The following notebooks and applications demonstrate the capabilities provided by paperai.

### Notebooks

| Notebook  | Description  |       |
|:----------|:-------------|------:|
| [Introducing paperai](https://github.com/neuml/paperai/blob/master/examples/01_Introducing_paperai.ipynb) | Overview of the functionality provided by paperai | [![Open In Colab](https://colab.research.google.com/assets/colab-badge.svg)](https://colab.research.google.com/github/neuml/paperai/blob/master/examples/01_Introducing_paperai.ipynb) |
| [Medical Research Project](https://github.com/neuml/paperai/blob/master/examples/02_Medical_Research_Project.ipynb) | Research young onset colon cancer | [![Open In Colab](https://colab.research.google.com/assets/colab-badge.svg)](https://colab.research.google.com/github/neuml/paperai/blob/master/examples/02_Medical_Research_Project.ipynb) |

### Applications

| Application  | Description  |
|:----------|:-------------|
| [Search](https://github.com/neuml/paperai/blob/master/examples/search.py) | Search a paperai index. Set query parameters, execute searches and display results. |

## Building a model

paperai indexes databases previously built with [paperetl](https://github.com/neuml/paperetl). The following shows how to create a new paperai index.
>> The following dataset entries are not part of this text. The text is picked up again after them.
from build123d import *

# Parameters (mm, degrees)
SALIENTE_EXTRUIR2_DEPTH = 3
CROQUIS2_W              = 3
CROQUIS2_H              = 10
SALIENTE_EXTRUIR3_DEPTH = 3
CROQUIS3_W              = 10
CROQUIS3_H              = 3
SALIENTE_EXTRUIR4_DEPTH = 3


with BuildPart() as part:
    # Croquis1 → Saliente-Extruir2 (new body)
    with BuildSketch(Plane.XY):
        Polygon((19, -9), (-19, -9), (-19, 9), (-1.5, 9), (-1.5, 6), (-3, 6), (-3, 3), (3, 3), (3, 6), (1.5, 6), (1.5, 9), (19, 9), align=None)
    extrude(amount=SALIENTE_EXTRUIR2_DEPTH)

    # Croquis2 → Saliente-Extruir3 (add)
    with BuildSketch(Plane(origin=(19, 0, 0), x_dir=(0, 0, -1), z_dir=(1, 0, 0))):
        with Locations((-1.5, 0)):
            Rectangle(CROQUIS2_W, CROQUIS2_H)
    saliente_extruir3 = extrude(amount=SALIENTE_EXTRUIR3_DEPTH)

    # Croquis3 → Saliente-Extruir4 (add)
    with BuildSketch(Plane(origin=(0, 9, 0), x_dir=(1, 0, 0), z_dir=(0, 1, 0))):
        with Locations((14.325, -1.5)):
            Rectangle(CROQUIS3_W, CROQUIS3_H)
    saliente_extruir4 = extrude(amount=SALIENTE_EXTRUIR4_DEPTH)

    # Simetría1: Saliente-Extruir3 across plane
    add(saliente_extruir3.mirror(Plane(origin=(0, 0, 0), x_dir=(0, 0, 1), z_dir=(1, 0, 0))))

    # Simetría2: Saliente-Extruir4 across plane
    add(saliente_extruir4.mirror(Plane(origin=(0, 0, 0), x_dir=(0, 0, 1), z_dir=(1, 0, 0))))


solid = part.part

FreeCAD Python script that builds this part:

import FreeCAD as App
import Part
import Sketcher

V = App.Vector
Q = App.Units.Quantity


def add_polygon(sketch, points):
    """Adds a closed chain of lines whose ends are joined by coincident constraints."""
    first, n = sketch.GeometryCount, len(points)
    for a, b in zip(points, points[1:] + points[:1]):
        sketch.addGeometry(Part.LineSegment(App.Vector(*a, 0), App.Vector(*b, 0)), False)
    for i in range(n):
        sketch.addConstraint(Sketcher.Constraint("Coincident", first + i, 2, first + (i + 1) % n, 1))

doc = App.newDocument("Part")
params = doc.addObject("Spreadsheet::Sheet", "Params")
for row, (alias, value) in enumerate([
    ("sketch1_width", "38 mm"),
    ("sketch1_width2", "6 mm"),
    ("sketch1_height", "18 mm"),
    ("sketch1_height2", "3 mm"),
    ("sketch1_width3", "17.5 mm"),
    ("pad1_length", "3 mm"),
    ("sketch2_width", "10 mm"),
    ("sketch2_height", "3 mm"),
    ("pad2_length", "3 mm"),
    ("sketch3_width", "10 mm"),
    ("sketch3_height", "3 mm"),
    ("pad3_length", "3 mm"),
], start=1):
    params.set(f"A{row}", alias)
    params.set(f"B{row}", "=" + value)
    params.setAlias(f"B{row}", alias)

body = doc.addObject("PartDesign::Body", "Body")

# Sketch on XY plane
sketch1 = body.newObject("Sketcher::SketchObject", "Sketch")
sketch1.AttachmentSupport = (doc.getObject("XY_Plane"), [""])
sketch1.MapMode = "FlatFace"
add_polygon(sketch1, [(-19, -9), (19, -9), (19, 9), (1.5, 9), (1.5, 6), (3, 6), (3, 3), (-3, 3), (-3, 6), (-1.5, 6), (-1.5, 9), (-19, 9)])  # lines 0-11
sketch1.addConstraint(Sketcher.Constraint("Horizontal", 0))
sketch1.addConstraint(Sketcher.Constraint("Vertical", 1))
sketch1.addConstraint(Sketcher.Constraint("Horizontal", 2))
sketch1.addConstraint(Sketcher.Constraint("Vertical", 3))
sketch1.addConstraint(Sketcher.Constraint("Horizontal", 4))
sketch1.addConstraint(Sketcher.Constraint("Vertical", 5))
sketch1.addConstraint(Sketcher.Constraint("Horizontal", 6))
sketch1.addConstraint(Sketcher.Constraint("Vertical", 7))
sketch1.addConstraint(Sketcher.Constraint("Horizontal", 8))
sketch1.addConstraint(Sketcher.Constraint("Vertical", 9))
sketch1.addConstraint(Sketcher.Constraint("Horizontal", 10))
sketch1.addConstraint(Sketcher.Constraint("Vertical", 11))
sketch1.addConstraint(Sketcher.Constraint("Symmetric", 0, 2, 10, 2, -1, 1))
sketch1.addConstraint(Sketcher.Constraint("Symmetric", 4, 2, 7, 2, -2))
sketch1.addConstraint(Sketcher.Constraint("Symmetric", 2, 2, 9, 2, -2))
sketch1.addConstraint(Sketcher.Constraint("Equal", 3, 5))
sketch1.addConstraint(Sketcher.Constraint("DistanceX", 0, 1, 0, 2, Q("38 mm")))
sketch1.addConstraint(Sketcher.Constraint("DistanceX", 6, 2, 6, 1, Q("6 mm")))
sketch1.addConstraint(Sketcher.Constraint("DistanceY", 1, 1, 1, 2, Q("18 mm")))
sketch1.addConstraint(Sketcher.Constraint("DistanceY", 3, 2, 3, 1, Q("3 mm")))
sketch1.addConstraint(Sketcher.Constraint("DistanceX", 2, 2, 2, 1, Q("17.5 mm")))
sketch1.setExpression("Constraints[28]", "Params.sketch1_width")
sketch1.setExpression("Constraints[29]", "Params.sketch1_width2")
sketch1.setExpression("Constraints[30]", "Params.sketch1_height")
sketch1.setExpression("Constraints[31]", "Params.sketch1_height2")
sketch1.setExpression("Constraints[32]", "Params.sketch1_width3")
pad1 = body.newObject("PartDesign::Pad", "Pad")
pad1.Profile = sketch1
pad1.setExpression("Length", "Params.pad1_length")

# Sketch on YZ plane
sketch2 = body.newObject("Sketcher::SketchObject", "Sketch001")
sketch2.AttachmentSupport = (doc.getObject("YZ_Plane"), [""])
sketch2.MapMode = "FlatFace"
sketch2.AttachmentOffset = App.Placement(V(0, 0, 19), App.Rotation())
add_polygon(sketch2, [(5, 3), (-5, 3), (-5, 0), (5, 0)])  # lines 0-3
sketch2.addConstraint(Sketcher.Constraint("Horizontal", 0))
sketch2.addConstraint(Sketcher.Constraint("Vertical", 1))
sketch2.addConstraint(Sketcher.Constraint("Horizontal", 2))
sketch2.addConstraint(Sketcher.Constraint("Vertical", 3))
sketch2.addConstraint(Sketcher.Constraint("Symmetric", 1, 2, 2, 2, -1, 1))
sketch2.addConstraint(Sketcher.Constraint("DistanceX", 0, 2, 0, 1, Q("10 mm")))
sketch2.addConstraint(Sketcher.Constraint("DistanceY", 1, 2, 1, 1, Q("3 mm")))
sketch2.setExpression("Constraints[9]", "Params.sketch2_width")
sketch2.setExpression("Constraints[10]", "Params.sketch2_height")
pad2 = body.newObject("PartDesign::Pad", "Pad001")
pad2.Profile = sketch2
pad2.setExpression("Length", "Params.pad2_length")

# Sketch on XZ plane
sketch3 = body.newObject("Sketcher::SketchObject", "Sketch002")
sketch3.AttachmentSupport = (doc.getObject("XZ_Plane"), [""])
sketch3.MapMode = "FlatFace"
sketch3.AttachmentOffset = App.Placement(V(0, 0, -9), App.Rotation())
add_polygon(sketch3, [(9.3, 0), (9.3, 3), (19.3, 3), (19.3, 0)])  # lines 0-3
sketch3.addConstraint(Sketcher.Constraint("Vertical", 0))
sketch3.addConstraint(Sketcher.Constraint("Horizontal", 1))
sketch3.addConstraint(Sketcher.Constraint("Vertical", 2))
sketch3.addConstraint(Sketcher.Constraint("Horizontal", 3))
sketch3.addConstraint(Sketcher.Constraint("PointOnObject", 2, 2, -1))
sketch3.addConstraint(Sketcher.Constraint("DistanceX", 1, 1, 1, 2, Q("10 mm")))
sketch3.addConstraint(Sketcher.Constraint("DistanceY", 0, 1, 0, 2, Q("3 mm")))
sketch3.addConstraint(Sketcher.Constraint("DistanceX", -1, 1, 0, 2, Q("9.325 mm")))
sketch3.setExpression("Constraints[9]", "Params.sketch3_width")
sketch3.setExpression("Constraints[10]", "Params.sketch3_height")
pad3 = body.newObject("PartDesign::Pad", "Pad002")
pad3.Profile = sketch3
pad3.setExpression("Length", "Params.pad3_length")
pad3.Reversed = True
doc.recompute()

mirrored = body.newObject("PartDesign::Mirrored", "Mirrored")
mirrored.Originals = [pad2]
mirrored.MirrorPlane = (doc.getObject("YZ_Plane"), [""])
body.Tip = mirrored
doc.recompute()

mirrored2 = body.newObject("PartDesign::Mirrored", "Mirrored001")
mirrored2.Originals = [pad3]
mirrored2.MirrorPlane = (doc.getObject("YZ_Plane"), [""])
body.Tip = mirrored2

doc.recompute()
1. (Optional) Create an index.yml file

    paperai uses the default txtai embeddings configuration when not specified. Alternatively, an index.yml file can be specified that takes all the same options as a txtai embeddings instance. See the [txtai documentation](https://neuml.github.io/txtai/embeddings/configuration) for more on the possible options. A simple example is shown below.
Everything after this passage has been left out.